MALLET provides facilities for classification, finite-state (linear chain) conditional random fields, and a few topic models. However, it was not designed to support arbitrarily-structured graphical models. FACTORIE strives to supersede MALLET in all ways. The GRMM extension to MALLET, written by Charles Sutton, does support graphical models, but not with as flexible an architecture; and in any case it is no longer being developed or supported.

SciKit-Learn provides an extensive set of tools for classification, regression, clustering, dimensionality reduction and model selection. It is more mature than FACTORIE, and it is easily integratable with matplotlib, a graphics package, so it can produce high-quality graphs directly. However, it does not support graphical models. SciKit-Learn is implemented in Python; in many cases it is less efficient than FACTORIE, which is JVM-based.

Weka is a collection of machine learning algorithms, mostly for classification and regression. Weka comes with a convenient GUI for visualization and experimentation with small datasets, but it is not focused on large sparse problems like factorie. It also does not support graphical models.

Apache Mahout provides a set of large-scale machine learning algorithms implemented on top of Apache Hadoop’s MapReduce system. Factorie is mostly a single-machine framework, working at smaller scale but benefitting from the locality efficiency that arise form this.

LibLinear is a C library for fast training of linear support vector machines and l1-regularized logistic regression. Factorie has an implementation of liblinear’s l1-regularized algorithm, and supports reading and writing of libsvm-style training examples for classification and regression.

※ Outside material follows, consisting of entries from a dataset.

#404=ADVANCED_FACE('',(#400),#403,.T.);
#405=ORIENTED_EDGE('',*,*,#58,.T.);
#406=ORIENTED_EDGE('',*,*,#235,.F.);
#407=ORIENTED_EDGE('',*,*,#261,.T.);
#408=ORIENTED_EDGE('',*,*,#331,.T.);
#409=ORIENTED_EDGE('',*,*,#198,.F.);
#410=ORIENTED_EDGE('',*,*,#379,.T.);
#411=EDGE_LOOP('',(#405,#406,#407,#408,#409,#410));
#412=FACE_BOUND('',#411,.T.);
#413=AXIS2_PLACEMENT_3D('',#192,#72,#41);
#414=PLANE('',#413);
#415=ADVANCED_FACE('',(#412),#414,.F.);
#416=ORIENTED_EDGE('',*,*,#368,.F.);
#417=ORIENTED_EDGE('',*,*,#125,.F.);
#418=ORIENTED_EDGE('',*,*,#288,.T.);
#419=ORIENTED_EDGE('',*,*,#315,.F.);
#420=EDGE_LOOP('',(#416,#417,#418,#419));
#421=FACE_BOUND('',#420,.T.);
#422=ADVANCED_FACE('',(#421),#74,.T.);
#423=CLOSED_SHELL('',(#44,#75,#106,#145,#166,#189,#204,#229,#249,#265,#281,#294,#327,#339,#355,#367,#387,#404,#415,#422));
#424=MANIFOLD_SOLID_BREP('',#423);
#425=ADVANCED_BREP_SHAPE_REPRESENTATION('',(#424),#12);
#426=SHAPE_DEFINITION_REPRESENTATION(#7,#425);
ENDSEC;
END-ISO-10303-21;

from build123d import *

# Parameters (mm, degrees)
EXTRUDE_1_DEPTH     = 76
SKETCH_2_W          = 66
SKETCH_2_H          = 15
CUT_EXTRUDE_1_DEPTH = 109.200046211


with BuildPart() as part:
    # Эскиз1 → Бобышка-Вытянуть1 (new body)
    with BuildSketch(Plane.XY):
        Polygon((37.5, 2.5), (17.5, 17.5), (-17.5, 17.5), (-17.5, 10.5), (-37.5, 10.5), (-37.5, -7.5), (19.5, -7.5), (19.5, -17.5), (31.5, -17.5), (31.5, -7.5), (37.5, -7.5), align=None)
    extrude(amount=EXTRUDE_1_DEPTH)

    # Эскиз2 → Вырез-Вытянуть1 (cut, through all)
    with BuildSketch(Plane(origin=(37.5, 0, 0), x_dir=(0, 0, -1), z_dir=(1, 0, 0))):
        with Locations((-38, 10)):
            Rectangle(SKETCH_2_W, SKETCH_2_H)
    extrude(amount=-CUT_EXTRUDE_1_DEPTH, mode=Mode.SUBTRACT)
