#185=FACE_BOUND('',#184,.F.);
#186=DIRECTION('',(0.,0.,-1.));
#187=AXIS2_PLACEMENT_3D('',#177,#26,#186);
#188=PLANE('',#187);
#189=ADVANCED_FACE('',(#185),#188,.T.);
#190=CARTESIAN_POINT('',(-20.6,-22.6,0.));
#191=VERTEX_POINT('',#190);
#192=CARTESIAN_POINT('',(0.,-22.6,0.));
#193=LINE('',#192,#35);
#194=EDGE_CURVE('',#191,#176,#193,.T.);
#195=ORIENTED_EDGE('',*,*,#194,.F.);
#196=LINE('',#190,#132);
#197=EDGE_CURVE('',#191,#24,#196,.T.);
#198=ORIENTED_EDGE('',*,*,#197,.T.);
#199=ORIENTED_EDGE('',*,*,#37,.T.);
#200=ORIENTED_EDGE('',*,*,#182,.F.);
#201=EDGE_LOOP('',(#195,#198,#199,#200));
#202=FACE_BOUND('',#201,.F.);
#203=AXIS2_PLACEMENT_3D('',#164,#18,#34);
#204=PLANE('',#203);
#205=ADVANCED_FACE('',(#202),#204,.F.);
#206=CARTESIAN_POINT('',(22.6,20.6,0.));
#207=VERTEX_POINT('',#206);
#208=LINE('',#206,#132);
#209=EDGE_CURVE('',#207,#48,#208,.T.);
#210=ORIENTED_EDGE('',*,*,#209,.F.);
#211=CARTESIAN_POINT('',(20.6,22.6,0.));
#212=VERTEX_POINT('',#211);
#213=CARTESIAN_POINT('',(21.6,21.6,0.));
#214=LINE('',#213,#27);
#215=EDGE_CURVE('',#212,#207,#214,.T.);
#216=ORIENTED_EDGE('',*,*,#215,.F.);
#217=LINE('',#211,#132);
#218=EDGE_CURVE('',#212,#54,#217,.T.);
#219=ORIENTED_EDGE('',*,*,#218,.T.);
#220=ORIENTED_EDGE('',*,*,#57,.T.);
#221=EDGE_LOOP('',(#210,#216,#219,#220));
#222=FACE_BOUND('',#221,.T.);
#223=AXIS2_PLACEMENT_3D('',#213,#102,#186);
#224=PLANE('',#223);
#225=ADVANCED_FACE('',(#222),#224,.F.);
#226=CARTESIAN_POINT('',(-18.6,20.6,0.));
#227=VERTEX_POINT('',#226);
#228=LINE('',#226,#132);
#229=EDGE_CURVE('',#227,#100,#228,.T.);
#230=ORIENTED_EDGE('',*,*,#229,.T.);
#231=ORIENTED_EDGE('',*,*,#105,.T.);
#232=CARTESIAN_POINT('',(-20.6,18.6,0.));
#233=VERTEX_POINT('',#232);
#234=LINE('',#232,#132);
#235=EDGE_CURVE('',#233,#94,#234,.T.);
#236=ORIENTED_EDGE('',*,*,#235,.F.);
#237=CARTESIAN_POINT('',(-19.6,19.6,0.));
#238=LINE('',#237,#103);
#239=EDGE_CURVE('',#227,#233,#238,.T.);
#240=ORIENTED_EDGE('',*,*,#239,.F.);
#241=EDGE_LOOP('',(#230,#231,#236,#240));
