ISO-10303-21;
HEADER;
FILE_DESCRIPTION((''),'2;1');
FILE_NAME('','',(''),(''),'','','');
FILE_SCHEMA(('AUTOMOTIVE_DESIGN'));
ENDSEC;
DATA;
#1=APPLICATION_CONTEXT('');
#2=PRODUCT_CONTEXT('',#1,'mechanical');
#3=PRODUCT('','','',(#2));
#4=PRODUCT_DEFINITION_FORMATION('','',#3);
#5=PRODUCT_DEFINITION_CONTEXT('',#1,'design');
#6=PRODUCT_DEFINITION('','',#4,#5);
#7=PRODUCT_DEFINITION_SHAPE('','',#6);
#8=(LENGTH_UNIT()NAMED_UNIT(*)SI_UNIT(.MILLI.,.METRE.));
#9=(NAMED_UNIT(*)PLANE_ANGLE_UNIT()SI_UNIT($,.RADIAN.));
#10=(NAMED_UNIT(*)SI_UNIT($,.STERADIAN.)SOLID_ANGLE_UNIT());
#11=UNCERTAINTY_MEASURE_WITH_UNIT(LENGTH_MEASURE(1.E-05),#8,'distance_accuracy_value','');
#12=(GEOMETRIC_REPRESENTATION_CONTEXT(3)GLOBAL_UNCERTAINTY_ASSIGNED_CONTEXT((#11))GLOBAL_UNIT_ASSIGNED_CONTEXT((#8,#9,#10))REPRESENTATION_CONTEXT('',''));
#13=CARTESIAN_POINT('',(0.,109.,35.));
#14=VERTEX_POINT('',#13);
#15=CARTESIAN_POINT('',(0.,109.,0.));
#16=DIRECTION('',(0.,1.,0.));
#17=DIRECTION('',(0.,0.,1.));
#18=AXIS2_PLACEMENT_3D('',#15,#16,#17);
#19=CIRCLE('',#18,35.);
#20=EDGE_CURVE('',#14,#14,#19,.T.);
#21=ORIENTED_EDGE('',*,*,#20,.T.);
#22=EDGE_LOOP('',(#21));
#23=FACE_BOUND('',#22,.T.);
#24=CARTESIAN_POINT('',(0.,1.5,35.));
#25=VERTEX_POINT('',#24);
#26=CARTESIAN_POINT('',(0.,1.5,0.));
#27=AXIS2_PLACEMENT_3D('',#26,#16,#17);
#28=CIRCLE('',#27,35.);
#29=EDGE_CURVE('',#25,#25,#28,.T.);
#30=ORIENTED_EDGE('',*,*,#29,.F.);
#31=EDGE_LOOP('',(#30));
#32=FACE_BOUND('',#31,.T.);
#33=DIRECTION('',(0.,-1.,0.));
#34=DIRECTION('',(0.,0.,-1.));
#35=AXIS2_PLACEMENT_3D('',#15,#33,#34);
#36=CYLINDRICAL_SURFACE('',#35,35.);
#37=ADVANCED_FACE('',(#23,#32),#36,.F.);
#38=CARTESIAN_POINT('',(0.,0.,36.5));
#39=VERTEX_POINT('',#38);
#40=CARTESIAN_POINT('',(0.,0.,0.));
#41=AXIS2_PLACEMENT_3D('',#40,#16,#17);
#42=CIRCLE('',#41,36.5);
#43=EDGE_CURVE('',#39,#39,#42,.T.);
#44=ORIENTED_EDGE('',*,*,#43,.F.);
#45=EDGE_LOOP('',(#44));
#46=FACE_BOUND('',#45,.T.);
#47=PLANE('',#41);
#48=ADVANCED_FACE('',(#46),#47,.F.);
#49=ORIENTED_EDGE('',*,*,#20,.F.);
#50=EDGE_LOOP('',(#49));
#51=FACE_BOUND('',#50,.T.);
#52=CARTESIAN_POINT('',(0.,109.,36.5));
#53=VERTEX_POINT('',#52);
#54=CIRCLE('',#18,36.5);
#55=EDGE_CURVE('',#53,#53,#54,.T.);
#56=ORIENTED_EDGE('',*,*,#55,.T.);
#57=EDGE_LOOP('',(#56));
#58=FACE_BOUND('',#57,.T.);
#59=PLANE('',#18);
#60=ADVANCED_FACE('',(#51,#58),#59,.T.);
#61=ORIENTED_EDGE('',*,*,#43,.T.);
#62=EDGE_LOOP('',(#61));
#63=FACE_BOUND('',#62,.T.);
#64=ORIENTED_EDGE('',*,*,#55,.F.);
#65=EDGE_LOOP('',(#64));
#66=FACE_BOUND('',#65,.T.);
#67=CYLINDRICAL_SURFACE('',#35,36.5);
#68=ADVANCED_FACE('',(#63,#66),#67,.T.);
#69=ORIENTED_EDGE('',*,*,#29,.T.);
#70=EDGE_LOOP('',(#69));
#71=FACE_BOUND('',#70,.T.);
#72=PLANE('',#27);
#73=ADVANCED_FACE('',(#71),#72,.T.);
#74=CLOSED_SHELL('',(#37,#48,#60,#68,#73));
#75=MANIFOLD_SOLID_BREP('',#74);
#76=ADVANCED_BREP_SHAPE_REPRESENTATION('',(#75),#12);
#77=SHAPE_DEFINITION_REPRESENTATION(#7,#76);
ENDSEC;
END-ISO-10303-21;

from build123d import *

# Parameters (mm, degrees)
ESQUISSE1_R        = 36.5
BOSS_EXTRU_1_DEPTH = 109
COQUE1_T           = -1.5


with BuildPart() as part:
    # Esquisse1 → Boss.-Extru.1 (new body)
    with BuildSketch(Plane(origin=(0, 0, 0), x_dir=(1, 0, 0), z_dir=(0, 1, 0))):
        with Locations(Location((0, 0, 0), (0, 0, 270))):
            Circle(ESQUISSE1_R)
    extrude(amount=BOSS_EXTRU_1_DEPTH)

    # Coque1
    coque1_openings = [part.faces().sort_by_distance(p)[0] for p in [
        (0, 109, 0),
    ]]
    offset(amount=COQUE1_T, openings=coque1_openings, kind=Kind.INTERSECTION)


solid = part.part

Probabilistic programming and graphical models toolkits

Infer.NET is a language for describing graphical models in C# and F#, which compiles inference down to CLR bytecode before execution. It is mostly focused on bayesian models with continuous random variables, and uses EP as its main inference algorithm. Factorie provides more general machine learning utilities, has a full nlp pipeline, and is mostly focused on discrete graphical models or other models in which inference can only be done by sampling and factors have to be lazily defined.

Figaro…

Alchemy is a library for stastistical relational learning, mostly structured around Markov Logic Networks. While MLNs are representable in factorie, its main focus is on other kinds of model. Factorie also provides many tools for machine learning and natural language processing which do not fit in the statistical relational learning framework.

PEBL…

BUGS is an automatic Gibbs sampler generator for Bayesian models. It works by defining a domain-specific language to write a model down, and then using known subroutines to automatically Gibbs sample all variables. While factorie does not have as many automatic sampling routines as BUGS, it allows for many other sampling styles, including annealing for maximization, as well as implementing belief propagation and other inference algorithms.

Church…

Natural language processing toolkits

OpenNLP…

GATE…

OpenCalais…

Stanford Core NLP…

Scalable, parallel and distributed machine learning toolkits

Apache Mahout…

GraphLab…

OptiML…

Vowpal Wabbit is a very efficient library for doing binary classification and, via learning reductions, some other more complex models, such as neural networks and topic models. VW runs on a single machine or distributed, and is written in heavily optimized C code. While factorie implements many variants of algorithms which VW also implements, the focuses of the libraries are very different, as factorie prefers to have in-memory data structures for easy access to and analysis of data, while VW works by streaming things from disk. Factorie is also more flexible when it comes to how the parameters are stored and how learning is made, though it also supports VW-style feature hashing.